In one strategy, emerging most clearly in Boston, individual CHCs affiliated with multiple networks or health plans. These CHCs faced conflicting demands for exclusivity, putting them at odds with their desire to belong to multiple networks. The CHCs had originally come together some time ago to form their own health plan. Over time, the best interests of their health plan often conflicted with their best interests as distinct community-based providers. Participation in their own health plan also contributed to the CHCs becoming more sophisticated negotiators, with the capability to negotiate effectively with competing health plans.
In Miami, a group of CHCs and mental health centers formed a provider network to obtain economies of scale by sharing services, joint purchasing, contracting with health plans and forming a management services organization. It hired chiefs of obstetrics and pediatrics for the network to help attract patients and contracts and solidify admitting privileges to hospitals. Two other area CHCs did not participate in this network, resulting in some of the same tensions experienced by CHCs in Boston. Another joint effort was being developed in the area: a Medicaid health plan for CHCs to be implemented in Central Florida, but including one Miami area CHC.
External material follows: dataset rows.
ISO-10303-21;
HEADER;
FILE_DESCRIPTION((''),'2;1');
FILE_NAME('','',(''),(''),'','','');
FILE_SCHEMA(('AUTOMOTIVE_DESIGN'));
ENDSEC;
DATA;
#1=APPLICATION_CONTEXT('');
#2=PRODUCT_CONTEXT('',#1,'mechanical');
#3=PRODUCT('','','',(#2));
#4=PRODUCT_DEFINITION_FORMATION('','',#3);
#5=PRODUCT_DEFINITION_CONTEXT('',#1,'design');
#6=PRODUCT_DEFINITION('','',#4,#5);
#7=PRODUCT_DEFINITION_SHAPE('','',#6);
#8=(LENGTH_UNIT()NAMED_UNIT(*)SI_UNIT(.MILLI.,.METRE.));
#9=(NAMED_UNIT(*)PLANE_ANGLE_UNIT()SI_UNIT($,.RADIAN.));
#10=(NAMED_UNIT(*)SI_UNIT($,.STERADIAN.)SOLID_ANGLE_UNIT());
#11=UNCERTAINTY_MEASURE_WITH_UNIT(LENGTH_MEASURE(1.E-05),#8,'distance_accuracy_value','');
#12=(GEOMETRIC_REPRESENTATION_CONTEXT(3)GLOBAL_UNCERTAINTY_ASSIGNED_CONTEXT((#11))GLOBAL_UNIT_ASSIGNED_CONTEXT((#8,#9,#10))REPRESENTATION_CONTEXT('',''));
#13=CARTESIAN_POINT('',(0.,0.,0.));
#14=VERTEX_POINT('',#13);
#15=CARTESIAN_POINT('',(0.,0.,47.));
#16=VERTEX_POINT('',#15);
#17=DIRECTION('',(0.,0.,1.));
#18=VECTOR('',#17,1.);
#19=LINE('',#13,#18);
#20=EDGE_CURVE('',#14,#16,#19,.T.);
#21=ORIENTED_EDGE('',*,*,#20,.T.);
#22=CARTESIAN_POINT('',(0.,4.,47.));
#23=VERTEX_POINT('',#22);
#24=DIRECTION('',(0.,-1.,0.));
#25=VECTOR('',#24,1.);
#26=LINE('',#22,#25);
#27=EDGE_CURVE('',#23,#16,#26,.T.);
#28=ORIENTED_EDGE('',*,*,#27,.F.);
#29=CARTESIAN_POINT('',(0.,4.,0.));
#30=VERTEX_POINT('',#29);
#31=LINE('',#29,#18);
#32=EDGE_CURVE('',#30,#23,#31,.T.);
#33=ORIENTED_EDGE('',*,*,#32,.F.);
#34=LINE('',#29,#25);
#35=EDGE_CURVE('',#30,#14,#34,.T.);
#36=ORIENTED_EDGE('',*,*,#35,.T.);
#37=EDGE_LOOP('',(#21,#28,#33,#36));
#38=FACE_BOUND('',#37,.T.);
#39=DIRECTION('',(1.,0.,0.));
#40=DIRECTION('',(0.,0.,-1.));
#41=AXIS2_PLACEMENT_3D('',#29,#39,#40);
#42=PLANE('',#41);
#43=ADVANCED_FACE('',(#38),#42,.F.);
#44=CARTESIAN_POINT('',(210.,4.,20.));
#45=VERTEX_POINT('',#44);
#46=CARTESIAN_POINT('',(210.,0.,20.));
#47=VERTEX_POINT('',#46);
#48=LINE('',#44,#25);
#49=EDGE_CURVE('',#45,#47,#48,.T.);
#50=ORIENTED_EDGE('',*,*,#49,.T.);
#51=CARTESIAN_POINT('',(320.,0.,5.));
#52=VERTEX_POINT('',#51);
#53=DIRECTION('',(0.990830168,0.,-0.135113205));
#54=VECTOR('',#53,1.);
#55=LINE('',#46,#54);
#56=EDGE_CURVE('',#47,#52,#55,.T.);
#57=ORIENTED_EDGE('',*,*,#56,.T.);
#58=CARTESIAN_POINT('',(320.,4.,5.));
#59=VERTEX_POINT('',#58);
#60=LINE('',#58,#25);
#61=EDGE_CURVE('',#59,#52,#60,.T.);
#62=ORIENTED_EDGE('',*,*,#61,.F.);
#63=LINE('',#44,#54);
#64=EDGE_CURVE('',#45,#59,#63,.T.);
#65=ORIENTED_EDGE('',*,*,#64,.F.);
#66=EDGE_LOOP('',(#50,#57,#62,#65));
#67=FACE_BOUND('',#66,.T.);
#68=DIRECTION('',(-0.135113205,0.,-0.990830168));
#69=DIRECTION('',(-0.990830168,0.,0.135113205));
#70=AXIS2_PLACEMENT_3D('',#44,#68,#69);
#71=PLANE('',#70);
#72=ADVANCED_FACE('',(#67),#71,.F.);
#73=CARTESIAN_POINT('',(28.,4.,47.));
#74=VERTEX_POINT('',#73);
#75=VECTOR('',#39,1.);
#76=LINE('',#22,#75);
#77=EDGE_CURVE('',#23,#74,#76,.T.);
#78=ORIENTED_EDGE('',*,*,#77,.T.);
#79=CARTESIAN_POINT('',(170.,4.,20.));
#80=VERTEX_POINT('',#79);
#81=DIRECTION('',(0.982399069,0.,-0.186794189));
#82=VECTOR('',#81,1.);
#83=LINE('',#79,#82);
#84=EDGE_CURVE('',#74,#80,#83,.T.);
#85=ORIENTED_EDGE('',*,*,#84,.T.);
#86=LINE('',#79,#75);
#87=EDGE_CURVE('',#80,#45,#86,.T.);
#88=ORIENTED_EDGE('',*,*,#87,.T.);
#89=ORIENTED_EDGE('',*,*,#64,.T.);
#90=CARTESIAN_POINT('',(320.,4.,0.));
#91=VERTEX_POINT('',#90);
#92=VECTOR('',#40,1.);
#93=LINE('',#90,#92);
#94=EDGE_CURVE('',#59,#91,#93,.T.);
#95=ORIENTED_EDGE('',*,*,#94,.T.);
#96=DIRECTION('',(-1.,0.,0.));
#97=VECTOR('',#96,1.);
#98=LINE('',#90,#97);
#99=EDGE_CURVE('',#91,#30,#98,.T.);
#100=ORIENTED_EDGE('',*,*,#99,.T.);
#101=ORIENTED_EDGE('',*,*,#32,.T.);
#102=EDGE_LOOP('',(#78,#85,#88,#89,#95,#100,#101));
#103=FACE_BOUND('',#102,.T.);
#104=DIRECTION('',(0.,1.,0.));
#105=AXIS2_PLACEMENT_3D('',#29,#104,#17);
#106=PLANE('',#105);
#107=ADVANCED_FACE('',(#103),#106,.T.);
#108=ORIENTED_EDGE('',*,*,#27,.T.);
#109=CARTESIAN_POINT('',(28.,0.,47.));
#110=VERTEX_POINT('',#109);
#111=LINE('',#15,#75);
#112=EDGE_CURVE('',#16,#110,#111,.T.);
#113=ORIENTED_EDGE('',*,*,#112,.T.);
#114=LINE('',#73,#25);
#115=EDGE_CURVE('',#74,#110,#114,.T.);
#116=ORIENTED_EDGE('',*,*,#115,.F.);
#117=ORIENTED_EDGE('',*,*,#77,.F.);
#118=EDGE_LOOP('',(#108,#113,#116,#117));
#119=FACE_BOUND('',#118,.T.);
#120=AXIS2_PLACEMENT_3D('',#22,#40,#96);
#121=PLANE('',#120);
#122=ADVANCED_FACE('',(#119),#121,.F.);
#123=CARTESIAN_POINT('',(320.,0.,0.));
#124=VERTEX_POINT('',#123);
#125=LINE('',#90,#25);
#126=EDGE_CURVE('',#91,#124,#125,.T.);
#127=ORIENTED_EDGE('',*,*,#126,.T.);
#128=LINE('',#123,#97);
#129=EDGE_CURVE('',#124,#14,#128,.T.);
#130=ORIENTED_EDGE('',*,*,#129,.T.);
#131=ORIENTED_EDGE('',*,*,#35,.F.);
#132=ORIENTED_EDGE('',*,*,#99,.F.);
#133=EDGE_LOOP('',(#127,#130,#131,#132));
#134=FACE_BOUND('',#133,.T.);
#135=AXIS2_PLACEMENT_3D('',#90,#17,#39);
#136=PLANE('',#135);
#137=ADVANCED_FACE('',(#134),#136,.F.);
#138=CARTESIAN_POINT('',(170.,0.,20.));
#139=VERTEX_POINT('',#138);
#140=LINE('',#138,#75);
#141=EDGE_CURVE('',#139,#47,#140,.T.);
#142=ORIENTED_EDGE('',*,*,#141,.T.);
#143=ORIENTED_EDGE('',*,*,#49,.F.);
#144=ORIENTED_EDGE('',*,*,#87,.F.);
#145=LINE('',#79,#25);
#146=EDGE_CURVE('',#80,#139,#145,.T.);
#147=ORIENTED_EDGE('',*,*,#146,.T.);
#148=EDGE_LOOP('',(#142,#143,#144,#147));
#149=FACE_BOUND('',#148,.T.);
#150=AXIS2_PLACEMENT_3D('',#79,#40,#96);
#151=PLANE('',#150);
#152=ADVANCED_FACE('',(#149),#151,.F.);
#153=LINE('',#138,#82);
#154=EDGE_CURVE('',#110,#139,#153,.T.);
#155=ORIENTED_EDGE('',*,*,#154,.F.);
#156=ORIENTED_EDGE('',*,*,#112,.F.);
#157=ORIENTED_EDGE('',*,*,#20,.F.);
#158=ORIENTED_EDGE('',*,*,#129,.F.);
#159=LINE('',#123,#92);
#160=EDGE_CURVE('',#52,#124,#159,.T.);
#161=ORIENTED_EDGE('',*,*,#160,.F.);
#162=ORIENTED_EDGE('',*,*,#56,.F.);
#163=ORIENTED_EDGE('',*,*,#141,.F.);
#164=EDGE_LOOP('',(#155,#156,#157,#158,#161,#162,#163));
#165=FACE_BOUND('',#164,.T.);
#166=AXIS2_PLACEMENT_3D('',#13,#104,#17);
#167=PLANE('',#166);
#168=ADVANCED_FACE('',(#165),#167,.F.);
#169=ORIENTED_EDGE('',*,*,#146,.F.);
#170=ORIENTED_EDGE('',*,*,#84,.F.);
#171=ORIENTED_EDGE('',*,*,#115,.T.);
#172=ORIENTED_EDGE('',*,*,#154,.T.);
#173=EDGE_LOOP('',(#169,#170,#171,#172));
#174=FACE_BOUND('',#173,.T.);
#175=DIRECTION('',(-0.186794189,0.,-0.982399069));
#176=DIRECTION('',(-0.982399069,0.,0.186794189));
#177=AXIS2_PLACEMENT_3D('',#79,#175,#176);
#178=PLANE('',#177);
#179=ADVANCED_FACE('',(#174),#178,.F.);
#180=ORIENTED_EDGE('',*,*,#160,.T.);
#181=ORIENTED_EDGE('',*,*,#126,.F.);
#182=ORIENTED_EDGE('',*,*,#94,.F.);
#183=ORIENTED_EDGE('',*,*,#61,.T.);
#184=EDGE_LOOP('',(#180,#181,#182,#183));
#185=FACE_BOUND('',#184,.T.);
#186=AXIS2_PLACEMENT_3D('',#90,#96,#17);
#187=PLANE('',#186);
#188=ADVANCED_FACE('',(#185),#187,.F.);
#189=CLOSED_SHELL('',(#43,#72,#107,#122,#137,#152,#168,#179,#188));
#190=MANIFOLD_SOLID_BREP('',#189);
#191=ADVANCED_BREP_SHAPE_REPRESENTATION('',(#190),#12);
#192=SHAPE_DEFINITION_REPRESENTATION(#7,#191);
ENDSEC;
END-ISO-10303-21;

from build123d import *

# Parameters (mm, degrees)
BOSS_EXTRUDE1_DEPTH = 4


with BuildPart() as part:
    # Sketch1 → Boss-Extrude1 (new body)
    with BuildSketch(Plane(origin=(0, 0, 0), x_dir=(1, 0, 0), z_dir=(0, 1, 0))):
        Polygon((0, 0), (0, -47), (28, -47), (170, -20), (210, -20), (320, -5), (320, 0), align=None)
    extrude(amount=BOSS_EXTRUDE1_DEPTH)


solid = part.part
Despite all this activity, community health centers were consistently identified as vulnerable to the changing environment. CHCs in Miami and Newark reported closing some sites, and those in Indianapolis and Syracuse were also seen as at-risk. Several CHCs reported limiting access to growing demand from uninsured patients.
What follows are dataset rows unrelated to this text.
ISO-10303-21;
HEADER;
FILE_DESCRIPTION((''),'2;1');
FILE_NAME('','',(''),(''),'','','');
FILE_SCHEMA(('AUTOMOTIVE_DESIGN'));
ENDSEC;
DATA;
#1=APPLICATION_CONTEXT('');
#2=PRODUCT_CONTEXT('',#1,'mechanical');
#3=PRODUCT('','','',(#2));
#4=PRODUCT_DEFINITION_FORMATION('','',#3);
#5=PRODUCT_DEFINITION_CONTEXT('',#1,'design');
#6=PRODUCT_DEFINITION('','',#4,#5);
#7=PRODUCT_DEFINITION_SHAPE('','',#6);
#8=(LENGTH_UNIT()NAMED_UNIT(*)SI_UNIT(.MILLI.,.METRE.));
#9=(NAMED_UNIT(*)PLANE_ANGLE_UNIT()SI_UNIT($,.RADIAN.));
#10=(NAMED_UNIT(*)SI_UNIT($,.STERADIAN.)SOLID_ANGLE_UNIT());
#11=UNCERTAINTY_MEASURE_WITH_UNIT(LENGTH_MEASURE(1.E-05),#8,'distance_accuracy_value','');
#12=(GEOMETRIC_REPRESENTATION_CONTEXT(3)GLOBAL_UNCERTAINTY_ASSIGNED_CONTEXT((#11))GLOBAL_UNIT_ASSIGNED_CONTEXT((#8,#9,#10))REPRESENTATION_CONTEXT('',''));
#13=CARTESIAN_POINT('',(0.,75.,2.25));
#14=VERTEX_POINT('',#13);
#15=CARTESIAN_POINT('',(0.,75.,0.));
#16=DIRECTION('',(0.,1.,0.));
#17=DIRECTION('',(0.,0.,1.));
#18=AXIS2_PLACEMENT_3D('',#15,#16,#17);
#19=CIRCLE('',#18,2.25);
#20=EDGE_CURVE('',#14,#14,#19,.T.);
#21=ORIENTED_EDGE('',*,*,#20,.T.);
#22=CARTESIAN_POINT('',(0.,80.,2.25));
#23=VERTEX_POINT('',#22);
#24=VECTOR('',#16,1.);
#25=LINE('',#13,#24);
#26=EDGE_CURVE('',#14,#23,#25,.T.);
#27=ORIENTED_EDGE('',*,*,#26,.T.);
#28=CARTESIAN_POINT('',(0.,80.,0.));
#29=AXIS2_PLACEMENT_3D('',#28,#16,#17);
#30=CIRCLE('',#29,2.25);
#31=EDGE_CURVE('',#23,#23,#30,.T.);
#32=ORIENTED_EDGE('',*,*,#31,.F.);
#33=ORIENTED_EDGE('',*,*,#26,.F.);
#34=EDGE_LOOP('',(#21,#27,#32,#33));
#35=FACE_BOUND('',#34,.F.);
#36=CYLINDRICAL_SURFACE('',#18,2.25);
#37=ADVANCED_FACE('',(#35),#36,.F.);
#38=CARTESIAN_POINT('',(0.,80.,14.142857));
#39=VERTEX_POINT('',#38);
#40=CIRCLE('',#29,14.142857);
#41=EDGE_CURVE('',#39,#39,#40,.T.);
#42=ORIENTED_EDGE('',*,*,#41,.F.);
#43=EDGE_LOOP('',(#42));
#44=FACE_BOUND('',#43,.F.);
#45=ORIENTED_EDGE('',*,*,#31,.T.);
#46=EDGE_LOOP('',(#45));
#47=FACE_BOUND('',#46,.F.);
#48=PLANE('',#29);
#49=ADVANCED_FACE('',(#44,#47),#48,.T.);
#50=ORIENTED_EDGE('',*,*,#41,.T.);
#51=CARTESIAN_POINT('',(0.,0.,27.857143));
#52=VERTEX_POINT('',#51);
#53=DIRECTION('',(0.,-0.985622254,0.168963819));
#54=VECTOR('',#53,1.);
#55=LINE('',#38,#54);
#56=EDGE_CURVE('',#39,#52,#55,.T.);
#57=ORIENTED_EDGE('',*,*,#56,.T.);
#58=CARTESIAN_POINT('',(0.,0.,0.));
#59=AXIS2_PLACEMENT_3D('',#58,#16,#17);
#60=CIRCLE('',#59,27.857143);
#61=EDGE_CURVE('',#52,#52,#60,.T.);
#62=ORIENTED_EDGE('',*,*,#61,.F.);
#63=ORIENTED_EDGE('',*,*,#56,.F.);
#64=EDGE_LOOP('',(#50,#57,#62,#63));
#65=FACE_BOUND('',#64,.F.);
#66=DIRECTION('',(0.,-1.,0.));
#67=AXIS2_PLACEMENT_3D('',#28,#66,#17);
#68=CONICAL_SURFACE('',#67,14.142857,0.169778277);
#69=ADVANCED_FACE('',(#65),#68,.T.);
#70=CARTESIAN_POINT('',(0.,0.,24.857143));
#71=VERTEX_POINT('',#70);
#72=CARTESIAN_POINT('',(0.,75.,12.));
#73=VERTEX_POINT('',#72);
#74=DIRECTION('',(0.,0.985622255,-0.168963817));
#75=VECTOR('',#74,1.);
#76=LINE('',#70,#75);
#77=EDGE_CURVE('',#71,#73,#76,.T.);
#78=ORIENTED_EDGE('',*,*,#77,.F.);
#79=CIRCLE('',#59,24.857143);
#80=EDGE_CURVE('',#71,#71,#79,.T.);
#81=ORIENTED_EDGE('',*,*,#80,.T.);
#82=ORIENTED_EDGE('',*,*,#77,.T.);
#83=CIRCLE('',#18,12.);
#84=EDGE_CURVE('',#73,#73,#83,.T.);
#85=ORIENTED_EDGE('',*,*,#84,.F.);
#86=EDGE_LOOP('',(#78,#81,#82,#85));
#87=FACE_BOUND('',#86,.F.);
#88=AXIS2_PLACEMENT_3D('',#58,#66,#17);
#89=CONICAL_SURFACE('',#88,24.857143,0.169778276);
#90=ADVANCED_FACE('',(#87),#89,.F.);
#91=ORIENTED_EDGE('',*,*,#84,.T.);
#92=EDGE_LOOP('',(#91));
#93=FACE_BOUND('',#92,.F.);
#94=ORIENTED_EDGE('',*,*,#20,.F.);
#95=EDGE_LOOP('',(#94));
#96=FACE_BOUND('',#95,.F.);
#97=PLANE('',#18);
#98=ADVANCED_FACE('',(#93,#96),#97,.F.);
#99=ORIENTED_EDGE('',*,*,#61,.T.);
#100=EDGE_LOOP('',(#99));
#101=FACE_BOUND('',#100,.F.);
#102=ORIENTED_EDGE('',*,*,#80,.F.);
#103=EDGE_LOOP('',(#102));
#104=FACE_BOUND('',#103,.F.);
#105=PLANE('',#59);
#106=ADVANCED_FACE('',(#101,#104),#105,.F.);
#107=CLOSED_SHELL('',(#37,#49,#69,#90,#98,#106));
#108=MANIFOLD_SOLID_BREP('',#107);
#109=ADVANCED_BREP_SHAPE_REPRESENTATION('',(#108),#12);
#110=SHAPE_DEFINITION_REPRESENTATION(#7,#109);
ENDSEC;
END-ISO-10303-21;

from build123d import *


with BuildPart() as f1:
    # F0 (on Right) → F1 (revolve)
    with BuildSketch(Plane.YZ):
        Polygon((0, 27.857143), (0, 24.857143), (75, 12), (80, 11.142857), (80, 14.142857), align=None)
        Polygon((80, 11.142857), (75, 12), (75, 2.25), (80, 2.25), align=None)
    revolve(axis=Axis((0, 40, 0), (0, 1, 0)))


solid = f1.part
Local health departments in many communities were moving out of direct personal medical services and returning to traditional public health functions. In one site, the public health agency was a notably proactive player in health system changes. In Lansing, the Ingham County Health Department provided a good deal of outpatient care to the poor, leasing space from one of the area hospitals with subsidies from hospitals to operate clinics. This health department actively negotiated with managed care plans, and helped keep attention on hospitals sharing provision of care for the poor. It has been exploring pooling of funds by the three major hospitals to develop a managed care approach to indigent care.
Medicaid Health Plans
Medicaid managed care plans were becoming important organizations in many sites, particularly those where mandatory Medicaid managed care has been instituted. Many of these are smaller, indigenous plans that were formed by or worked closely with traditional providers serving the poor. State and local programs gave preferences to traditional providers of Medicaid and indigent care in several sites. In Seattle, for example, the state granted extra credit in its selective contracting program to plans that include these providers.
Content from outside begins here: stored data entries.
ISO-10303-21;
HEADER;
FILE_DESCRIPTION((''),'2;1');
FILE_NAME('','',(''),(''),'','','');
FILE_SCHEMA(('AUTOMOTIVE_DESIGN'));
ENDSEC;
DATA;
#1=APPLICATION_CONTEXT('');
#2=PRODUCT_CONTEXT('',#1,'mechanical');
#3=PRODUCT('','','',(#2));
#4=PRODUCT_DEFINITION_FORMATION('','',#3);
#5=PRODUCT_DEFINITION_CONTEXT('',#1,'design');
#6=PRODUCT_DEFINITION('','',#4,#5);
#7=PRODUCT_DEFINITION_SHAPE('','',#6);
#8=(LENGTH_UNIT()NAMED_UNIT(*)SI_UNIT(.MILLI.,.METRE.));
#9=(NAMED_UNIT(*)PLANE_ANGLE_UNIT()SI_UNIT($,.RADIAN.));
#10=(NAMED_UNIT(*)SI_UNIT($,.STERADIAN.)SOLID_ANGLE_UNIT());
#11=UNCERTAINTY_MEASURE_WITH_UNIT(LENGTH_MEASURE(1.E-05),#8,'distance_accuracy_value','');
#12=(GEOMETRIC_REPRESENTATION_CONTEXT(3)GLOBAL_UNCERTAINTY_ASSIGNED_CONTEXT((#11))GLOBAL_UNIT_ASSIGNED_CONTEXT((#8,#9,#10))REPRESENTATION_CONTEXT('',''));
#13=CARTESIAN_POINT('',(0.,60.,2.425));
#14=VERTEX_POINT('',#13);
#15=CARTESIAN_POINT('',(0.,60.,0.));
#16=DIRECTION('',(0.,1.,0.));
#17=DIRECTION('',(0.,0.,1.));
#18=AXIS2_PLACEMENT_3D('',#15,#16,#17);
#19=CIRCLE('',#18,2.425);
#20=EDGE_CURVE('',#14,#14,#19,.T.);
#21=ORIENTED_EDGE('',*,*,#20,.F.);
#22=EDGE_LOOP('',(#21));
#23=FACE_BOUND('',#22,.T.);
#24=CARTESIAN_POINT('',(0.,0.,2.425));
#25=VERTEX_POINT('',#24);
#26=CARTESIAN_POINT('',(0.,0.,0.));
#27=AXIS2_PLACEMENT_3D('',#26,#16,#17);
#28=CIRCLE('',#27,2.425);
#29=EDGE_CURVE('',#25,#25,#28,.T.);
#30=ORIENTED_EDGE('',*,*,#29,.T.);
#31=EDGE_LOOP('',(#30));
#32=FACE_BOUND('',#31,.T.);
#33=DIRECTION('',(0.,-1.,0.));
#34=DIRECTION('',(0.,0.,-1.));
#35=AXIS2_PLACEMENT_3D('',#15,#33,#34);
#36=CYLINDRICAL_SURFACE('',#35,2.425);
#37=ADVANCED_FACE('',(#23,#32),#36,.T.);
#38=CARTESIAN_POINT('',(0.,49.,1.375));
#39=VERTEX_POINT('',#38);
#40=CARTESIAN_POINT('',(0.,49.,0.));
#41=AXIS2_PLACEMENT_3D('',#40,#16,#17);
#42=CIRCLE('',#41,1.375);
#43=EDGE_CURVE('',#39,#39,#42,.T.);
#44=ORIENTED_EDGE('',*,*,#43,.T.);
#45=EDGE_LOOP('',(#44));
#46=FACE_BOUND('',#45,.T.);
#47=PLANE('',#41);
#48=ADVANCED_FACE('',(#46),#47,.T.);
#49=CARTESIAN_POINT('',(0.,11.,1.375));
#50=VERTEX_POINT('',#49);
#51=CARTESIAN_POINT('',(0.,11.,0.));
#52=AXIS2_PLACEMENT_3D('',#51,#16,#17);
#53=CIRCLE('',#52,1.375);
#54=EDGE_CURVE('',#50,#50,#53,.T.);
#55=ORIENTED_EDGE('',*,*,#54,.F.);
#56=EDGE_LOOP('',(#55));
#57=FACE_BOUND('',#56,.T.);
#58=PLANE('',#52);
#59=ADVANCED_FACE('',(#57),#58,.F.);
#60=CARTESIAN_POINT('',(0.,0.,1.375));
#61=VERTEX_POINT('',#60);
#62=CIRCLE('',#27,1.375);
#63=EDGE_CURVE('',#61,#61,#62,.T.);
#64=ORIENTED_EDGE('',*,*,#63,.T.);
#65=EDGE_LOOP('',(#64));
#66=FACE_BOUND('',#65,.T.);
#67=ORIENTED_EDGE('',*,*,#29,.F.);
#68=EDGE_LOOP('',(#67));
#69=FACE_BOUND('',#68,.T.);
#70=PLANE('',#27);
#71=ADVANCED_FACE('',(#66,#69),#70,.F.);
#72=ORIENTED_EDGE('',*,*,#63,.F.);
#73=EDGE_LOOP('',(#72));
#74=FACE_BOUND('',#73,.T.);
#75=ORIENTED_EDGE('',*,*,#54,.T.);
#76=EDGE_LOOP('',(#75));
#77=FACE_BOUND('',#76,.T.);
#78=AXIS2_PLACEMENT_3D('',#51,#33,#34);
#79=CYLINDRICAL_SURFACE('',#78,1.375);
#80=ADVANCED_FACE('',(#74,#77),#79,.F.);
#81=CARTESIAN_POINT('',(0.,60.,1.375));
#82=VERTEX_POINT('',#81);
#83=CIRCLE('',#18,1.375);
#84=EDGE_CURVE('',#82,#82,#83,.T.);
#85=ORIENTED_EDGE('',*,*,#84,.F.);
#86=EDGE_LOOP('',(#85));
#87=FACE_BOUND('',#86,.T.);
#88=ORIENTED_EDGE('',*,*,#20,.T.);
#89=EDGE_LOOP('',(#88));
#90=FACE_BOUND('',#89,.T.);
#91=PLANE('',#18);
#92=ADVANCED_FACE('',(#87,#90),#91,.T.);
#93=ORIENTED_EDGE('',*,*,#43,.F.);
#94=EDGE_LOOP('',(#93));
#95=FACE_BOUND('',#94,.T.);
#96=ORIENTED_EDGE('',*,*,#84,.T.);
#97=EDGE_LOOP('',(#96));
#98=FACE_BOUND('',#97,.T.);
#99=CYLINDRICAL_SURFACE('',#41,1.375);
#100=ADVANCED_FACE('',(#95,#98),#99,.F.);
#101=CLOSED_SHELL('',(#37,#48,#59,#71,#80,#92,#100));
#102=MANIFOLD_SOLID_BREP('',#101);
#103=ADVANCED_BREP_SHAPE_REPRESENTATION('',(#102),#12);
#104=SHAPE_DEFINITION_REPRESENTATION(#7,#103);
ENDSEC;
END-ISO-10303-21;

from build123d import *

# Parameters (mm, degrees)
SKETCH1_R           = 2.425
BOSS_EXTRUDE1_DEPTH = 60
SKETCH2_R           = 1.375
CUT_EXTRUDE1_DEPTH  = 11
CUT_EXTRUDE2_START  = -49
SKETCH2_2_R         = 1.375
CUT_EXTRUDE2_DEPTH  = 11


with BuildPart() as part:
    # Sketch1 → Boss-Extrude1 (new body)
    with BuildSketch(Plane(origin=(0, 0, 0), x_dir=(1, 0, 0), z_dir=(0, 1, 0))):
        with Locations(Location((0, 0, 0), (0, 0, 270))):
            Circle(SKETCH1_R)
    extrude(amount=BOSS_EXTRUDE1_DEPTH)

    # Sketch2 → Cut-Extrude1 (cut)
    with BuildSketch(Plane(origin=(0, 60, 0), x_dir=(1, 0, 0), z_dir=(0, 1, 0))):
        with Locations(Location((0, 0, 0), (0, 0, 270))):
            Circle(SKETCH2_R)
    extrude(amount=-CUT_EXTRUDE1_DEPTH, mode=Mode.SUBTRACT)

    # Sketch2<2> → Cut-Extrude2 (cut)
    with BuildSketch(Plane(origin=(0, 60, 0), x_dir=(1, 0, 0), z_dir=(0, 1, 0)).offset(CUT_EXTRUDE2_START)):
        with Locations(Location((0, 0, 0), (0, 0, 270))):
            Circle(SKETCH2_2_R)
    extrude(amount=-CUT_EXTRUDE2_DEPTH, mode=Mode.SUBTRACT)


solid = part.part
In Orange County, the single county-wide contracting entity, CalOPTIMA, favored the safety net providers in several ways: accepting physician-hospital consortiums, not just HMOs, as contractors, which enabled many providers to participate; capping enrollment at 30,000 members per plan, thus broadening opportunities for traditional providers; requiring inclusion of a sub-set of safety net providers in each plan; and favoring traditional providers in auto-assigning recipients who do not designate a primary care provider.
Still, as noted, Medicaid managed care plans have clearly expanded the choice of providers at the expense of hospitals and community health centers that traditionally served these patients. In areas like Orange County and Phoenix, managed care plans are also credited with decreasing inappropriate use of emergency rooms, improving continuity of care and improving preventive care by linking Medicaid beneficiaries to primary care physicians.